Arrange Marriages. Catherine Hogan, who heads the Washington Metropolitan Alliance against Female Genital Mutilation, believes that F.G.M. is being performed in the United States. A major problem, she says, is that no one advises African refugees against it when they enter the country. In fact, there is no state or federal law that specifically bans the practice. "The U.S. Immigration and Naturalisation Service tells all Muslim men that polygamy is illegal here," says Hogan, "but says nothing to women about F.G.M. How can you charge someone with a crime if there isn't even a law against it, and you never warned them?

But not all American doctors, or even all feminists, stand united against the practice. A few argue that the decision to be re-sutured after pregnancy should be left to the woman herself.

"It doesn't matter that the patient wants it done," counters Dr. Joseph Tate, an Atlanta obstetrician and gynecologist. "Would you cut off someone's leg if she asked you?"

In the past decade, the West has been confronted with a series of unfamiliar legal, medical and ethical problems, says Ahmed Jamal, a London film maker who was raised in Pakistan. His recent British TV film documented the career of Tahir Mahmood, a former cabdriver from Huddersfield, England, which tracks down runaway wives and daughters. Some of them were escaping physical abuse or were trying to dodge arranged marriages.

The film triggered public outrage, which stunned Mahmood. He believed that "he was a public servant of sorts, putting back together good Muslim families," says Jamal.

Scottish lawyer Cameron Fyfe represents Muslim clients forced into arranged marriages. In October 1992 he won an annulment for one woman on the ground that she had been forced into marriage when she was under the legal age.

The woman, who now lives with her three children in Glasgow, was 14 when her father announced that he was taking her on a vacation to Pakistan. Shortly after their arrival, she was told that she would be marrying her cousin. Following the ceremony, her father turned over her passport to the new husband and returned to Scotland. The teen-age bride's new home was a hut with no electricity, gas, or running water, and from the first day her husband beat her.

Two years later, he moved his young family to Glasgow in the hope of making more money. When he finally got his own residence permit, he punched his wife in the face, screaming, she says, "This is the only reason I married you." The beating became so grisly that neighbours finally called the police, who explained to the bewildered, battered girl that she could legally leave her husband.

During the three years it took to win her case, the woman became the pariah of Glasgow's Pakistani community. "Some people spat on me, others would cross the street if they saw me," she says.

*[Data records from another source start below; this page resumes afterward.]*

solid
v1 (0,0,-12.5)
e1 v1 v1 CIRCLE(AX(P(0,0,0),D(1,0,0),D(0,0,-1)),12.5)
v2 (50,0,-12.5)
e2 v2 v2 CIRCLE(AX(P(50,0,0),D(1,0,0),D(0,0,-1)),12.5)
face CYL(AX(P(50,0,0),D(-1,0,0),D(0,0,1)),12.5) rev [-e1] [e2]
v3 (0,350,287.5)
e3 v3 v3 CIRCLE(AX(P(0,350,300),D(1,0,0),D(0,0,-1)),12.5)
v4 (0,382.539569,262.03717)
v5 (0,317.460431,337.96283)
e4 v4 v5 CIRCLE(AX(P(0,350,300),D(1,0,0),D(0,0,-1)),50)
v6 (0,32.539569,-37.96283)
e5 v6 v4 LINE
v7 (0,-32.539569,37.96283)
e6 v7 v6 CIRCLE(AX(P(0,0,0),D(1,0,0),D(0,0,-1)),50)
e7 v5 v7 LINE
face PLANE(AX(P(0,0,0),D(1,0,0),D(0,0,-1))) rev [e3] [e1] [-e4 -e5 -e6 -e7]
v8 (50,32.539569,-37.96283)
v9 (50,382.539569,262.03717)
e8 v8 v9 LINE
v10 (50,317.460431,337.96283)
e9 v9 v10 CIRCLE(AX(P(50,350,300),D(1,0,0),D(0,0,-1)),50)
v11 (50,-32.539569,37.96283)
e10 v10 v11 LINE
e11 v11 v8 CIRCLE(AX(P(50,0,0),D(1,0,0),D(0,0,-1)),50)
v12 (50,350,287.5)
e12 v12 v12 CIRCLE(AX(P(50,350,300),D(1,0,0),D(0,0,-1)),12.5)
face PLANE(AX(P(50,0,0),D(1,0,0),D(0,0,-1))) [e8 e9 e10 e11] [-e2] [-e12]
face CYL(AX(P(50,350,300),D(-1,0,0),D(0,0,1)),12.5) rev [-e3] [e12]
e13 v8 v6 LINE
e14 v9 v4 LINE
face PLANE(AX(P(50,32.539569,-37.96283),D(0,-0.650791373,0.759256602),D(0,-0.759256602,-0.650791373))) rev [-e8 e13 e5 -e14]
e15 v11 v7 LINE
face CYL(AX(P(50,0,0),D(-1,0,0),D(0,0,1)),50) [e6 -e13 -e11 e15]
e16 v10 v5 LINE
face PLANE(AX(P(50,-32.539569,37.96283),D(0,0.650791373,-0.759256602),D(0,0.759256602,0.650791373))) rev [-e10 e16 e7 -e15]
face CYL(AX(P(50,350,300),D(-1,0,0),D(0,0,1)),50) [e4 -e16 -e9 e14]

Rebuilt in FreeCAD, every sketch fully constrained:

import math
import FreeCAD as App
import Part
import Sketcher
from FreeCAD import Vector

doc = App.newDocument("Part")
body = doc.addObject("PartDesign::Body", "Body")

# Sketch on YZ plane
sketch1 = doc.addObject("Sketcher::SketchObject", "Sketch")
body.addObject(sketch1)
sketch1.AttachmentSupport = (doc.YZ_Plane, [""])
sketch1.MapMode = "FlatFace"
sketch1.addGeometry(Part.LineSegment(Vector(317.460431, 337.96283, 0), Vector(-32.539569, 37.96283, 0)), False)
sketch1.addGeometry(Part.ArcOfCircle(Part.Circle(Vector(0, 0, 0), Vector(0, 0, 1), 50), math.radians(130.601295), math.radians(310.601295)), False)
sketch1.addGeometry(Part.LineSegment(Vector(32.539569, -37.96283, 0), Vector(382.539569, 262.03717, 0)), False)
sketch1.addGeometry(Part.ArcOfCircle(Part.Circle(Vector(350, 300, 0), Vector(0, 0, 1), 50), math.radians(-49.398705), math.radians(130.601295)), False)
sketch1.addGeometry(Part.Circle(Vector(0, 0, 0), Vector(0, 0, 1), 12.5), False)
sketch1.addGeometry(Part.Circle(Vector(350, 300, 0), Vector(0, 0, 1), 12.5), False)
sketch1.addConstraint(Sketcher.Constraint("Tangent", 0, 2, 1, 1))
sketch1.addConstraint(Sketcher.Constraint("Tangent", 1, 2, 2, 1))
sketch1.addConstraint(Sketcher.Constraint("Tangent", 2, 2, 3, 1))
sketch1.addConstraint(Sketcher.Constraint("Tangent", 3, 2, 0, 1))
sketch1.addConstraint(Sketcher.Constraint("Coincident", 1, 3, -1, 1))
sketch1.addConstraint(Sketcher.Constraint("Coincident", 4, 3, -1, 1))
sketch1.addConstraint(Sketcher.Constraint("Coincident", 5, 3, 3, 3))
sketch1.addConstraint(Sketcher.Constraint("Equal", 1, 3))
sketch1.addConstraint(Sketcher.Constraint("Equal", 4, 5))
sketch1.addConstraint(Sketcher.Constraint("Diameter", 4, 25.0))
sketch1.addConstraint(Sketcher.Constraint("Radius", 1, 50.0))
sketch1.addConstraint(Sketcher.Constraint("DistanceX", -1, 1, 3, 3, 350.0))
sketch1.addConstraint(Sketcher.Constraint("DistanceY", -1, 1, 3, 3, 300.0))
pad1 = doc.addObject("PartDesign::Pad", "Pad")
body.addObject(pad1)
pad1.Profile = sketch1
pad1.Length = 50

doc.recompute()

Attempted Censorship. In the United States as well, among a small segment of American Muslims there is a resentment bordering on hostility toward any kind of scrutiny or criticism of Islam. When the Atlanta Journal-Constitution ran a series on women and Islamic fundamentalism, it was besieged with letter accusing it of racism and Muslim-bashing.

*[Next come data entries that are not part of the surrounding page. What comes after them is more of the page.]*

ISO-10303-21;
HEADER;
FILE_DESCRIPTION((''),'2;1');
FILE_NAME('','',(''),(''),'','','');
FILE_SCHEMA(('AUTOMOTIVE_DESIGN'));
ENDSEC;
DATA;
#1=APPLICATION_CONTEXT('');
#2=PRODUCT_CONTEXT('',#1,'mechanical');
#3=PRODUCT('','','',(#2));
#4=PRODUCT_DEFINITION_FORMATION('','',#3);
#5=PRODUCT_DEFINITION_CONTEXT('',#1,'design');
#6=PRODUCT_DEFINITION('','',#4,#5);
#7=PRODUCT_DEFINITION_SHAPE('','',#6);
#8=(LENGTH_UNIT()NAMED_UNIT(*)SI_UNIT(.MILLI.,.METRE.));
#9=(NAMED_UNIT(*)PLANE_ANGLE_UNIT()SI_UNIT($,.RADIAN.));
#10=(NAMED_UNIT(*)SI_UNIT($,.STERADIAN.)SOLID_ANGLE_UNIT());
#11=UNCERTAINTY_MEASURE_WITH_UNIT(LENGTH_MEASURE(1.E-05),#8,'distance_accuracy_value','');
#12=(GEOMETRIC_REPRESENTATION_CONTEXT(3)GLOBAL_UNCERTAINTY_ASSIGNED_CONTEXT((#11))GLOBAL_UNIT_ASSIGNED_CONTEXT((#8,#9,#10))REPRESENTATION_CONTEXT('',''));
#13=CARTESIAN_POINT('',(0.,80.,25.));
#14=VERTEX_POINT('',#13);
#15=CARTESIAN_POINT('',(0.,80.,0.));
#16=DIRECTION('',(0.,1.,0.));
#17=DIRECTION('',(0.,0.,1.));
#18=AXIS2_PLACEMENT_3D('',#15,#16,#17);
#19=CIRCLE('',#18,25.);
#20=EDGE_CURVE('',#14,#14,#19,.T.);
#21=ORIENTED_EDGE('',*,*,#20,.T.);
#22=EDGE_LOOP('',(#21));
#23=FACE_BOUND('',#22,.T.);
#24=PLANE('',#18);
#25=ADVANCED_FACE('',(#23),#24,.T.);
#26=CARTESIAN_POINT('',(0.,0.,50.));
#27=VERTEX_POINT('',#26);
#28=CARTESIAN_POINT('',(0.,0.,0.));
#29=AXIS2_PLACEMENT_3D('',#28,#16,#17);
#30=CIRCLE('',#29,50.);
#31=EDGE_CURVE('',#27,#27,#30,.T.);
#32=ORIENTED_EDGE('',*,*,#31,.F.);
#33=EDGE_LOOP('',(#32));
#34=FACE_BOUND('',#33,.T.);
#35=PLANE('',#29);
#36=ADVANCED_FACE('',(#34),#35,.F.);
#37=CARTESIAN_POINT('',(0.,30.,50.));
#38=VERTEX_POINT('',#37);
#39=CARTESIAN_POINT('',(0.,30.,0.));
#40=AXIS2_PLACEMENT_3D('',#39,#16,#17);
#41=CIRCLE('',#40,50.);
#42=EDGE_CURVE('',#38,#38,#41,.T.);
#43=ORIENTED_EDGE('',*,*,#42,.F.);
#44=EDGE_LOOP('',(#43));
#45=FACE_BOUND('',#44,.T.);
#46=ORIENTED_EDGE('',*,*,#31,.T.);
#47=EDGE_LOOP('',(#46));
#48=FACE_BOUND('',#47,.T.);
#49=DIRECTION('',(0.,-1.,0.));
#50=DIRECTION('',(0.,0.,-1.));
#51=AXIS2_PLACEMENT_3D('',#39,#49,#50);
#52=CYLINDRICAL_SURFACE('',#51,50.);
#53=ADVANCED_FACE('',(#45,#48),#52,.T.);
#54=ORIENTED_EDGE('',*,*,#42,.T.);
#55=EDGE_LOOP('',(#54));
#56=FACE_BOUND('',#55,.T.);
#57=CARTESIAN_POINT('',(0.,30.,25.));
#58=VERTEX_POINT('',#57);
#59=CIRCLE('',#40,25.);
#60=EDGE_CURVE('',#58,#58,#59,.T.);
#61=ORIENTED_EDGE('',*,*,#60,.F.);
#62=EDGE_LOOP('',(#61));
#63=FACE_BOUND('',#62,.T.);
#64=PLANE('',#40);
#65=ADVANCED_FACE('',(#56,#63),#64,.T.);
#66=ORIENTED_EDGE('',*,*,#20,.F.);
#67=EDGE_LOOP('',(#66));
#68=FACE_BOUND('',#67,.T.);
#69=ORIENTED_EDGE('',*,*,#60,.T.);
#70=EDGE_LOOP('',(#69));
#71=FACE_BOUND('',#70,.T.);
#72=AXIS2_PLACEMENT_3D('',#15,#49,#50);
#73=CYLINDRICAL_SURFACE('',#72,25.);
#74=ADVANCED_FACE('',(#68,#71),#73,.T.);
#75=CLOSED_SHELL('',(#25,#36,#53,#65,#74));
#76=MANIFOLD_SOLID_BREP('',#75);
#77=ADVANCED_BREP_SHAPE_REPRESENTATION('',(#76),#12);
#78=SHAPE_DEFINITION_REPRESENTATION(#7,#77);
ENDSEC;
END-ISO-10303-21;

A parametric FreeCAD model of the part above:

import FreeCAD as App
import Part
import Sketcher

V = App.Vector

doc = App.newDocument("Part")
params = doc.addObject("Spreadsheet::Sheet", "Params")
for row, (alias, value) in enumerate([
    ("sketch1_diameter", "100 mm"),
    ("pad1_length", "30 mm"),
    ("sketch2_diameter", "50 mm"),
    ("pad2_length", "50 mm"),
], start=1):
    params.set(f"A{row}", alias)
    params.set(f"B{row}", "=" + value)
    params.setAlias(f"B{row}", alias)

body = doc.addObject("PartDesign::Body", "Body")

# Sketch on XZ plane
sketch1 = body.newObject("Sketcher::SketchObject", "Sketch")
sketch1.AttachmentSupport = (doc.getObject("XZ_Plane"), [""])
sketch1.MapMode = "FlatFace"
sketch1.addGeometry(Part.Circle(V(0, 0, 0), V(0, 0, 1), 50), False)
sketch1.addConstraint([
    Sketcher.Constraint("Coincident", 0, 3, -1, 1),
    Sketcher.Constraint("Diameter", 0, 100.0),
])
sketch1.setExpression("Constraints[1]", "Params.sketch1_diameter")
pad1 = body.newObject("PartDesign::Pad", "Pad")
pad1.Profile = sketch1
pad1.setExpression("Length", "Params.pad1_length")
pad1.Reversed = True

# Sketch on XZ plane
sketch2 = body.newObject("Sketcher::SketchObject", "Sketch001")
sketch2.AttachmentSupport = (doc.getObject("XZ_Plane"), [""])
sketch2.MapMode = "FlatFace"
sketch2.AttachmentOffset = App.Placement(V(0, 0, -30), App.Rotation())
sketch2.addGeometry(Part.Circle(V(0, 0, 0), V(0, 0, 1), 25), False)
sketch2.addConstraint([
    Sketcher.Constraint("Coincident", 0, 3, -1, 1),
    Sketcher.Constraint("Diameter", 0, 50.0),
])
sketch2.setExpression("Constraints[1]", "Params.sketch2_diameter")
pad2 = body.newObject("PartDesign::Pad", "Pad001")
pad2.Profile = sketch2
pad2.setExpression("Length", "Params.pad2_length")
pad2.Reversed = True

doc.recompute()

The 1991 release of "Not Without My Daughter", a film based on the true story of an American woman's escape from her Iranian husband, occasioned chilling attempts at suppression. Movie theatres where the film played received threats. It is unclear whether such censorship is homegrown or orchestrated from abroad.

Most observers believe that fundamentalist extremists have found nesting sites throughout the country, and that they hide within unsuspecting Muslim communities. Meanwhile, the bewildered media, scrambling to be politically correct, have cranked out a plethora of feel-good features on Muslim culture. At the same time they erroneously imply that restrictions against women are part and parcel of Islamic law.

"We try to educate our own community about the true teachings of Islam," says Nahid Ansari, a board member of the Muslim Women's League and a member of the Islamic Centre of Southern California in Los Angeles. "It's appalling what goes on in the name of Islam.”